Strasbourg, 10 October 1997 (RFE/RL) - This morning's opening session of the Council of Europe's summit meeting featured plenty of high praise for the organization's achievements since the collapse of European communism.
Most speakers underlined the Council's success in admitting 16 Central and East European reforming nations since 1990. Few mentioned the wars and civil strife Europe had experienced during the same period or the problems the Council had in maintaining its own democratic and human-rights standards while almost doubling its membership in six years,
French President Jacques Chirac, who is hosting the two-day meeting, set the prevailing tone by calling the Council "a symbol of our continent's rediscovered unity." Chirac said the organization was now an essential instrument for anchoring democracy and for promoting human rights throughout Europe.
German Chancellor Helmut Kohl later spoke of what he called the Council's "enormous contribution" to European integration. He said that "we've made a huge step forward" in breaking down the barriers between the Western and Eastern halves of the continent. Today, said Kohl, the Council's contribution to what he called the "common European home" was more important than ever before.
Almost parenthetically, Kohl did mention the recent strife in Albania and the former Yugoslavia. Those examples, he said, showed that the Council's commitment to human rights was more important than ever before. That allowed him to call on the rulers of the former Yugoslavia to allow all refugees to return to their homes --a sensitive issue in Germany, which took in more Yugoslav refugees than any other Western country.
British Prime Minister Tony Blair, who spoke after Kohl, also had kind words for the Council. The organization, Blair said, "has provided a yardstick for the former Communist countries as they develop modern, pluralistic, free and open societies. It has helped reduce tensions between communities and has demonstrated how the rights of ethnic minorities should be protected." Blair concluded: "The Council of Europe has room for congratulations..."

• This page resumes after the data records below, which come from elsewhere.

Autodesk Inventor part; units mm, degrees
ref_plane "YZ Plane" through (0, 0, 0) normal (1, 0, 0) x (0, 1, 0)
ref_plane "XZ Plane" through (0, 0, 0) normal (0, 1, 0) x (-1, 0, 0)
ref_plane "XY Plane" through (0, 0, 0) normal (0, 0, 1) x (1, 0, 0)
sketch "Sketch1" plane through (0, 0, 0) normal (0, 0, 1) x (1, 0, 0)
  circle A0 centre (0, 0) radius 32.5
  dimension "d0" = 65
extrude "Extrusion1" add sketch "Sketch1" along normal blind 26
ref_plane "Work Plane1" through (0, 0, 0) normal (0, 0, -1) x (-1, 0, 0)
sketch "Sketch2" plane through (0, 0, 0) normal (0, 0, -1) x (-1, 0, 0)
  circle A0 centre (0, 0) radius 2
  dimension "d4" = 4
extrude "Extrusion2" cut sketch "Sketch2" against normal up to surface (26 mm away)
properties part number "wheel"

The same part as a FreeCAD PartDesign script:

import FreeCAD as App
import Part
import Sketcher

V = App.Vector

doc = App.newDocument("Part")
body = doc.addObject("PartDesign::Body", "Body")

sketch1 = body.newObject("Sketcher::SketchObject", "Sketch")
sketch1.AttachmentSupport = (doc.getObject("XY_Plane"), [""])
sketch1.MapMode = "FlatFace"
sketch1.addGeometry(Part.Circle(V(0, 0, 0), V(0, 0, 1), 32), False)
sketch1.addConstraint([
    Sketcher.Constraint("Coincident", 0, 3, -1, 1),
    Sketcher.Constraint("Diameter", 0, 65.0),
])
pad1 = body.newObject("PartDesign::Pad", "Pad")
pad1.Profile = sketch1
pad1.Length = 26

sketch2 = body.newObject("Sketcher::SketchObject", "Sketch001")
sketch2.AttachmentSupport = (doc.getObject("XY_Plane"), [""])
sketch2.MapMode = "FlatFace"
sketch2.addGeometry(Part.Circle(V(0, 0, 0), V(0, 0, 1), 2), False)
sketch2.addConstraint([
    Sketcher.Constraint("Coincident", 0, 3, -1, 1),
    Sketcher.Constraint("Diameter", 0, 4.0),
])
pocket1 = body.newObject("PartDesign::Pocket", "Pocket")
pocket1.Profile = sketch2
pocket1.Length = 26
pocket1.Reversed = True

doc.recompute()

Just about the only one of this morning's 14 speakers to allow reality to temper his praise of the Council was Sweden's Daniel Tarschys, the organization's Secretary General. Tarschys spoke bluntly of what he called a "new sense of insecurity in Europe." He talked of recent "setbacks" in Albania, Bosnia and the Russian republic of Chechnya. He said that "poverty is always there (in Europe) --obsessively. More than ever, criminality scares Europeans. Corruption saps the legitimacy of our governments. Most recently," he went on, "we've seen demagogues transform latent ethnic conflicts into civil wars that led to veritable massacres."
But even Tarschys did not broach the subject of whether or not the Council had been too lenient in relaxing its democratic and human-rights standards while it admitted 16 former Communist countries. The subject is a hot one for members of the Council Secretariat, many of whom believe the organization did subvert its own standards. Thus, a few months ago Tarschys' deputy Peter Leuprecht of Austria took early retirement in order to protest what he said was the Council's undue leniency in granting memberships to Eastern nations that did not meet the Council's democratic criteria.
The subject could be raised later in the summit's discussions, but it is unlikely to concern the assembled leaders in Strasbourg for very long. They came here, it appears, to praise the Council, not to question it. European political realities could also, of course, intrude -- this afternoon, Russia's Boris Yeltsin is among the scheduled speakers. But it is already clear that self-congratulation will be a dominant theme in the Council of Europe's second summit. That's unfortunate for an organization that has done well in the recent past, but has yet to come to grips with the problems its success has created.